Le débat autour de la prostitution est aussi vieux que le monde, et c’est ce qui fait qu’on parle de ce commerce comme étant le plus vieux métier du monde. Depuis les origines, il y a ceux qui le condamnent et ceux qui le trouvent naturel. A la faveur de l’explosion du libéralisme et de l’accession de nouveaux droits au fronton des constitutions nationales et des chartes et conventions internationales, la lutte s’organise autour de la promotion de la prostitution en nouveau droit. Ainsi, on a assisté, entre autres activités, à Venise en 2002, à une marche qui a fait grand bruit et qui a vu les travailleurs et travailleuses du sexe, défiler pour revendiquer leurs droits. Elle restera comme la première marche des «Parapluies rouges », symbole adopté par les marcheurs pour illustrer leur résistance à la discrimination. Dans d’autres pays du monde, les mêmes manifestations ont lieu. Le Canada, pour sa part, se prépare activement à organiser le 17 décembre 2007, une Marche pour la journée internationale contre la violence envers les travailleuses du sexe.

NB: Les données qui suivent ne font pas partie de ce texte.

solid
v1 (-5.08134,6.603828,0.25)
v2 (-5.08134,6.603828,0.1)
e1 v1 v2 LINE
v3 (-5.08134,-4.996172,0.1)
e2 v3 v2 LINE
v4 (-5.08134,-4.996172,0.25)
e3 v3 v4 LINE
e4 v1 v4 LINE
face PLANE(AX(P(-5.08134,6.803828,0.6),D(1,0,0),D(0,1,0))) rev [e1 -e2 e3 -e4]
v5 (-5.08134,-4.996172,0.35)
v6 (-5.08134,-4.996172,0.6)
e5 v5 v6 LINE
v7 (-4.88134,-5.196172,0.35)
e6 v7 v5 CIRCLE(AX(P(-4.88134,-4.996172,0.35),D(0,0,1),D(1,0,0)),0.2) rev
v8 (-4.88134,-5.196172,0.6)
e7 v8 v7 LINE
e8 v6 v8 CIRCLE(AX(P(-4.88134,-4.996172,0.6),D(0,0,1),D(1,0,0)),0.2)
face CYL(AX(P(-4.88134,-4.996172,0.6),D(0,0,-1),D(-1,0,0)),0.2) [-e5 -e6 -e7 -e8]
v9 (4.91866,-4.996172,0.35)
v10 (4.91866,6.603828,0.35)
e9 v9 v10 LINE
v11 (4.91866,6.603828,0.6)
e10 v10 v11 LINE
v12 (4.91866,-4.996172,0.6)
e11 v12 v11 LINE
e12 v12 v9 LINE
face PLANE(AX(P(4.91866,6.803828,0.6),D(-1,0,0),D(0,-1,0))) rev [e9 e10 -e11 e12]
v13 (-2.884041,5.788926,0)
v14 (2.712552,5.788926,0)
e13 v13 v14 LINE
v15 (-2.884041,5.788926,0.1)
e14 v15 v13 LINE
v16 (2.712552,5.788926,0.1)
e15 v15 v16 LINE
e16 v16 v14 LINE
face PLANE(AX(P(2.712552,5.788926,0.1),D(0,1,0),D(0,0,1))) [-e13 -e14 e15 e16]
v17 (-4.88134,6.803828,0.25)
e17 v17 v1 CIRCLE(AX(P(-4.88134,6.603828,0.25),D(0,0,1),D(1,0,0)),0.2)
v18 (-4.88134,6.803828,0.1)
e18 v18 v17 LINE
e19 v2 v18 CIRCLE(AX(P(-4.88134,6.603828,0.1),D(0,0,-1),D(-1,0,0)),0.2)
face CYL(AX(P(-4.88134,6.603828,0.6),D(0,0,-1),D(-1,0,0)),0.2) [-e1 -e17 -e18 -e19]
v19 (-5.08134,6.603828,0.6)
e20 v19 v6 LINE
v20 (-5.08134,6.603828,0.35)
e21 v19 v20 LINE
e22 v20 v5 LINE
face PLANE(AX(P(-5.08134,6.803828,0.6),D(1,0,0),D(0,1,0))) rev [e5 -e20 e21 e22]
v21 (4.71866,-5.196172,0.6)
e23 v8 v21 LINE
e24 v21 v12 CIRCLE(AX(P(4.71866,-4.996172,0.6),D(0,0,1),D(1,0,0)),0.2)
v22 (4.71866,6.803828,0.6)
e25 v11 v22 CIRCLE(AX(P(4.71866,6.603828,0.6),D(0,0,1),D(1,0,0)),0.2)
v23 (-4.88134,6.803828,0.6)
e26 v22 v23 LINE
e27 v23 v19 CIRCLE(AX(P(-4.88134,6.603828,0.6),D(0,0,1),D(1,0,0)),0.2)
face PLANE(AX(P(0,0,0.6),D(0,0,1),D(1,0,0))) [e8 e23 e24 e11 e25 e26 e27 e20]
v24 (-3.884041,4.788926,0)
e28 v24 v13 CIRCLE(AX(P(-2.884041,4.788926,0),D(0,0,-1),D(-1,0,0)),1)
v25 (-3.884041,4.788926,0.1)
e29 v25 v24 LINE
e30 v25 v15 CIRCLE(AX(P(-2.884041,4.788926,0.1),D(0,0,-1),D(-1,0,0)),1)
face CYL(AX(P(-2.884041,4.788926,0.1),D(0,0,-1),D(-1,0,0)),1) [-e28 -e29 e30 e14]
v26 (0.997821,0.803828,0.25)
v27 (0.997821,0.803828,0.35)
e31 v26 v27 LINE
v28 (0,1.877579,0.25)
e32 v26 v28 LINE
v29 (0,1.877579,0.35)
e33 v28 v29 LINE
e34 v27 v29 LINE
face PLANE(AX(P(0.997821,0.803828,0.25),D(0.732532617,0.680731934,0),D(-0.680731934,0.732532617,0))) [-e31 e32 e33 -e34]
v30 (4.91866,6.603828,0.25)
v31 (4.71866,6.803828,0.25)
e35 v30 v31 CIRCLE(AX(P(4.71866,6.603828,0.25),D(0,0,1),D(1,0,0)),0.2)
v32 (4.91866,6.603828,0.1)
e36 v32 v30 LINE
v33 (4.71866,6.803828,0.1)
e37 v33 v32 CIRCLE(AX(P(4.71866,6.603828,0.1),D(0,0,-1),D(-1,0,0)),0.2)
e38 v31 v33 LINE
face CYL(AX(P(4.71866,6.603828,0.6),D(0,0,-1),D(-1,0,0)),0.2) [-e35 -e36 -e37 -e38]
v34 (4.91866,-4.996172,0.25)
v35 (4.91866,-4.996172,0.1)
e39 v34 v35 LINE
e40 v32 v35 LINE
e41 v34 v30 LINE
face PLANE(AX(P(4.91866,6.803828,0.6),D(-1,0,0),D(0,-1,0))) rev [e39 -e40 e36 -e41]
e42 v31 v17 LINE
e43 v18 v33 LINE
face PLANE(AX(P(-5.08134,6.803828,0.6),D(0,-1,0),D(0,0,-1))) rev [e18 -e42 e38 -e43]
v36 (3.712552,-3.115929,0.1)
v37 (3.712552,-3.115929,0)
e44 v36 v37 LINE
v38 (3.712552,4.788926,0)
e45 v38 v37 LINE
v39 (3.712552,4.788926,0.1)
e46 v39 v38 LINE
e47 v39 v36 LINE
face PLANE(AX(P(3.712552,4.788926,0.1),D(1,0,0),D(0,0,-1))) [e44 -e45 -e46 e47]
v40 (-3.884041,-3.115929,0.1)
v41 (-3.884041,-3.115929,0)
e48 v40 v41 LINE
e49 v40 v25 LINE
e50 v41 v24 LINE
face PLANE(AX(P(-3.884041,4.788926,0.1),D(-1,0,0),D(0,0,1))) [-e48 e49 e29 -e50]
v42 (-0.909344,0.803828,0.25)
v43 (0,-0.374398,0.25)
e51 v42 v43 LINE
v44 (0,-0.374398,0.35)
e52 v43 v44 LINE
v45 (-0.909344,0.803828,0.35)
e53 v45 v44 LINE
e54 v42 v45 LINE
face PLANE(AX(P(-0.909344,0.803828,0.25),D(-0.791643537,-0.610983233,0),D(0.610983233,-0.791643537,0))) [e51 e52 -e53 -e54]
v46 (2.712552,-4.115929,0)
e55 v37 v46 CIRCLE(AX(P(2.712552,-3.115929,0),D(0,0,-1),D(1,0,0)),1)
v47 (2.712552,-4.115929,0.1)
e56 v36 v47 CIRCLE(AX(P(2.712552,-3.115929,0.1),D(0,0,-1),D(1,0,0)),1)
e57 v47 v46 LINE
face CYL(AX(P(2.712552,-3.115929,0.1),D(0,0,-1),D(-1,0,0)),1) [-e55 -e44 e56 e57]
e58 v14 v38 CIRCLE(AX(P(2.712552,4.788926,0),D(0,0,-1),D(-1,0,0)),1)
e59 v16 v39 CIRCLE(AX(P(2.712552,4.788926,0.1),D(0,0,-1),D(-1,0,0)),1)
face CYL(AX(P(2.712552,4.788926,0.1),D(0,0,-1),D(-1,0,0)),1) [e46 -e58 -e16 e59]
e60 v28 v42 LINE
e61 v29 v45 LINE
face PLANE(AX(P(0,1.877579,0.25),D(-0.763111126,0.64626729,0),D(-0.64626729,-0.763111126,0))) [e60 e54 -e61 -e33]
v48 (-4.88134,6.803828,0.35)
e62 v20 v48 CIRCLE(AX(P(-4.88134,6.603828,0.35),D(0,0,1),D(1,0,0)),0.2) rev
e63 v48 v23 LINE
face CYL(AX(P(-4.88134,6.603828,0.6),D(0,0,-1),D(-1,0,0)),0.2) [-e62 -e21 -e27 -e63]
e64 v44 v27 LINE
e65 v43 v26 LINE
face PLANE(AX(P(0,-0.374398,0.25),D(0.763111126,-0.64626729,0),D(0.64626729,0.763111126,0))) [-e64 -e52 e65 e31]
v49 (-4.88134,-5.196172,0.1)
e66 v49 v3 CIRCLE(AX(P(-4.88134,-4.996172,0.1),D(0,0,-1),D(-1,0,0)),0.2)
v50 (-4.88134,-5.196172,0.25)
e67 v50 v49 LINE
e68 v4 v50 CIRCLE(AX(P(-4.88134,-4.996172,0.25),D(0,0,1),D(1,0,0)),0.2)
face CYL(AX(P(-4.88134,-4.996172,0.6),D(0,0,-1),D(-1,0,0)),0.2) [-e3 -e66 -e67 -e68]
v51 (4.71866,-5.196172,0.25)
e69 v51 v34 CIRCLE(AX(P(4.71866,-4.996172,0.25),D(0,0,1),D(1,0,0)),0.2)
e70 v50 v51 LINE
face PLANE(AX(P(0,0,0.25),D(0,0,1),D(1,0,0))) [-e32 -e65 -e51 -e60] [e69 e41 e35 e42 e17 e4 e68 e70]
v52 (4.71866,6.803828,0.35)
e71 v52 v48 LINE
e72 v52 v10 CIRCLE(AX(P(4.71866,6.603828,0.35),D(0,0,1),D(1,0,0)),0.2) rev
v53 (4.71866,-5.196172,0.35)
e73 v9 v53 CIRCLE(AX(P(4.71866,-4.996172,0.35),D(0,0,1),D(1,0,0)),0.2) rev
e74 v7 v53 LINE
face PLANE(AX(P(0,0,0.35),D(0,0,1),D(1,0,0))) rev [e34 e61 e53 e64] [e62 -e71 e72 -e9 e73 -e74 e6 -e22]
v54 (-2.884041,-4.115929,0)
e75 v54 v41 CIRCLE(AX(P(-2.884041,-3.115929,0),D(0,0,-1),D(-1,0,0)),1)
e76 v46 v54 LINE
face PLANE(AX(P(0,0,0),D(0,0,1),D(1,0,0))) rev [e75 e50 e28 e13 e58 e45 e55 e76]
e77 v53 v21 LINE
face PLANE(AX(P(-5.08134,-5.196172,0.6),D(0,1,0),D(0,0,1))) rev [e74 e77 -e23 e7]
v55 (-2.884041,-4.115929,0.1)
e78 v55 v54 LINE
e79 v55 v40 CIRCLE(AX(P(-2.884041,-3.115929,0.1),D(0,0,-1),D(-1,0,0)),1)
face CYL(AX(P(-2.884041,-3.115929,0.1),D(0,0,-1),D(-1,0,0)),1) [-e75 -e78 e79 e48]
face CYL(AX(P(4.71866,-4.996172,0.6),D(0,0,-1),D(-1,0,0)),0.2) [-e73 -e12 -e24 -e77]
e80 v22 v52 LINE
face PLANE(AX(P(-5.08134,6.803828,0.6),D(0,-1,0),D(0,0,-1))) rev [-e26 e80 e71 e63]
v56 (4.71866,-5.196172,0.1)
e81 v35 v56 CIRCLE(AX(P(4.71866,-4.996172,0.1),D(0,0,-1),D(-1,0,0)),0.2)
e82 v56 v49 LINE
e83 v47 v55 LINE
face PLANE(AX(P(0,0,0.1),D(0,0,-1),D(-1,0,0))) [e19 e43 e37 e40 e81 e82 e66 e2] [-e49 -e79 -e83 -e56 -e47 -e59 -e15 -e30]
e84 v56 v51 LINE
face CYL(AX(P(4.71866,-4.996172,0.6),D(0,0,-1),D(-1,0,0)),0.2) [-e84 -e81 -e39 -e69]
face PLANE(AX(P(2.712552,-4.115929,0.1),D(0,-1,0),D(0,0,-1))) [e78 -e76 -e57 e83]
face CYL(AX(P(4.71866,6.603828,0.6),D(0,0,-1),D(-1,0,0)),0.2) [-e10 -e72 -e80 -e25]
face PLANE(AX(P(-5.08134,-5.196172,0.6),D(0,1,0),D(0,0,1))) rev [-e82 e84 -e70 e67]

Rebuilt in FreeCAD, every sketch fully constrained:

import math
import FreeCAD as App
import Part
import Sketcher
Q = App.Units.Quantity


def edges_at(feature, points):
    """Names of the edges that pass closest to the given points."""
    edges = feature.Shape.Edges
    near = lambda p: min(range(len(edges)), key=lambda i: edges[i].distToShape(Part.Vertex(*p))[0])
    return sorted({f"Edge{near(p) + 1}" for p in points})

doc = App.newDocument("Part")
body = doc.addObject("PartDesign::Body", "Body")

sketch1 = body.newObject("Sketcher::SketchObject", "Sketch")
sketch1.AttachmentSupport = (doc.getObject("XY_Plane"), [""])
sketch1.MapMode = "FlatFace"
sketch1.addGeometry(Part.LineSegment(App.Vector(-5, 7, 0), App.Vector(-5, -5, 0)), False)
sketch1.addGeometry(Part.LineSegment(App.Vector(-5, -5, 0), App.Vector(5, -5, 0)), False)
sketch1.addGeometry(Part.LineSegment(App.Vector(5, -5, 0), App.Vector(5, 7, 0)), False)
sketch1.addGeometry(Part.LineSegment(App.Vector(5, 7, 0), App.Vector(-5, 7, 0)), False)
sketch1.addConstraint(Sketcher.Constraint("Coincident", 0, 2, 1, 1))
sketch1.addConstraint(Sketcher.Constraint("Coincident", 1, 2, 2, 1))
sketch1.addConstraint(Sketcher.Constraint("Coincident", 2, 2, 3, 1))
sketch1.addConstraint(Sketcher.Constraint("Coincident", 3, 2, 0, 1))
sketch1.addConstraint(Sketcher.Constraint("Vertical", 0))
sketch1.addConstraint(Sketcher.Constraint("Horizontal", 1))
sketch1.addConstraint(Sketcher.Constraint("Vertical", 2))
sketch1.addConstraint(Sketcher.Constraint("Horizontal", 3))
sketch1.addConstraint(Sketcher.Constraint("DistanceX", 1, 1, 1, 2, Q("10 mm")))
sketch1.addConstraint(Sketcher.Constraint("DistanceY", 0, 2, 0, 1, Q("12 mm")))
sketch1.addConstraint(Sketcher.Constraint("DistanceX", 0, 2, -1, 1, Q("5.08134 mm")))
sketch1.addConstraint(Sketcher.Constraint("DistanceY", 0, 2, -1, 1, Q("5.196172 mm")))
pad1 = body.newObject("PartDesign::Pad", "Pad")
pad1.Profile = sketch1
pad1.Length = 0.6

sketch2 = body.newObject("Sketcher::SketchObject", "Sketch001")
sketch2.AttachmentSupport = (doc.getObject("XY_Plane"), [""])
sketch2.MapMode = "FlatFace"
sketch2.addGeometry(Part.LineSegment(App.Vector(4.9, 6.8, 0), App.Vector(4.9, -5.2, 0)), False)
sketch2.addGeometry(Part.LineSegment(App.Vector(4.9, -5.2, 0), App.Vector(-5.1, -5.2, 0)), False)
sketch2.addGeometry(Part.LineSegment(App.Vector(-5.1, -5.2, 0), App.Vector(-5.1, 6.8, 0)), False)
sketch2.addGeometry(Part.LineSegment(App.Vector(-5.1, 6.8, 0), App.Vector(4.9, 6.8, 0)), False)
sketch2.addGeometry(Part.ArcOfCircle(Part.Circle(App.Vector(2.7, 4.8, 0), App.Vector(0, 0, 1), 1), math.radians(0), math.radians(90)), False)
sketch2.addGeometry(Part.LineSegment(App.Vector(2.7, 5.8, 0), App.Vector(-2.9, 5.8, 0)), False)
sketch2.addGeometry(Part.ArcOfCircle(Part.Circle(App.Vector(-2.9, 4.8, 0), App.Vector(0, 0, 1), 1), math.radians(90), math.radians(180)), False)
sketch2.addGeometry(Part.LineSegment(App.Vector(-3.9, 4.8, 0), App.Vector(-3.9, -3.1, 0)), False)
sketch2.addGeometry(Part.ArcOfCircle(Part.Circle(App.Vector(-2.9, -3.1, 0), App.Vector(0, 0, 1), 1), math.radians(-180), math.radians(-90)), False)
sketch2.addGeometry(Part.LineSegment(App.Vector(-2.9, -4.1, 0), App.Vector(2.7, -4.1, 0)), False)
sketch2.addGeometry(Part.ArcOfCircle(Part.Circle(App.Vector(2.7, -3.1, 0), App.Vector(0, 0, 1), 1), math.radians(-90), math.radians(0)), False)
sketch2.addGeometry(Part.LineSegment(App.Vector(3.7, -3.1, 0), App.Vector(3.7, 4.8, 0)), False)
sketch2.addConstraint(Sketcher.Constraint("Coincident", 0, 2, 1, 1))
sketch2.addConstraint(Sketcher.Constraint("Coincident", 1, 2, 2, 1))
sketch2.addConstraint(Sketcher.Constraint("Coincident", 2, 2, 3, 1))
sketch2.addConstraint(Sketcher.Constraint("Coincident", 3, 2, 0, 1))
sketch2.addConstraint(Sketcher.Constraint("Tangent", 4, 2, 5, 1))
sketch2.addConstraint(Sketcher.Constraint("Tangent", 5, 2, 6, 1))
sketch2.addConstraint(Sketcher.Constraint("Tangent", 6, 2, 7, 1))
sketch2.addConstraint(Sketcher.Constraint("Tangent", 7, 2, 8, 1))
sketch2.addConstraint(Sketcher.Constraint("Tangent", 8, 2, 9, 1))
sketch2.addConstraint(Sketcher.Constraint("Tangent", 9, 2, 10, 1))
sketch2.addConstraint(Sketcher.Constraint("Tangent", 10, 2, 11, 1))
sketch2.addConstraint(Sketcher.Constraint("Tangent", 11, 2, 4, 1))
sketch2.addConstraint(Sketcher.Constraint("Vertical", 0))
sketch2.addConstraint(Sketcher.Constraint("Horizontal", 1))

Mais quelle que soit la vigueur de cette mobilisation pour normaliser la prostitution et lui trouver des protections juridiques, ceux qui sont contre, continuent à faire flèche de tout bois, qu’ils soient poussés par des considérations religieuses ou non. Ils sont actuellement en œuvre justement en Hongrie.


Jeune prostituée sur le trottoir
(http://ledroitpourlajustice.blogspirit.com)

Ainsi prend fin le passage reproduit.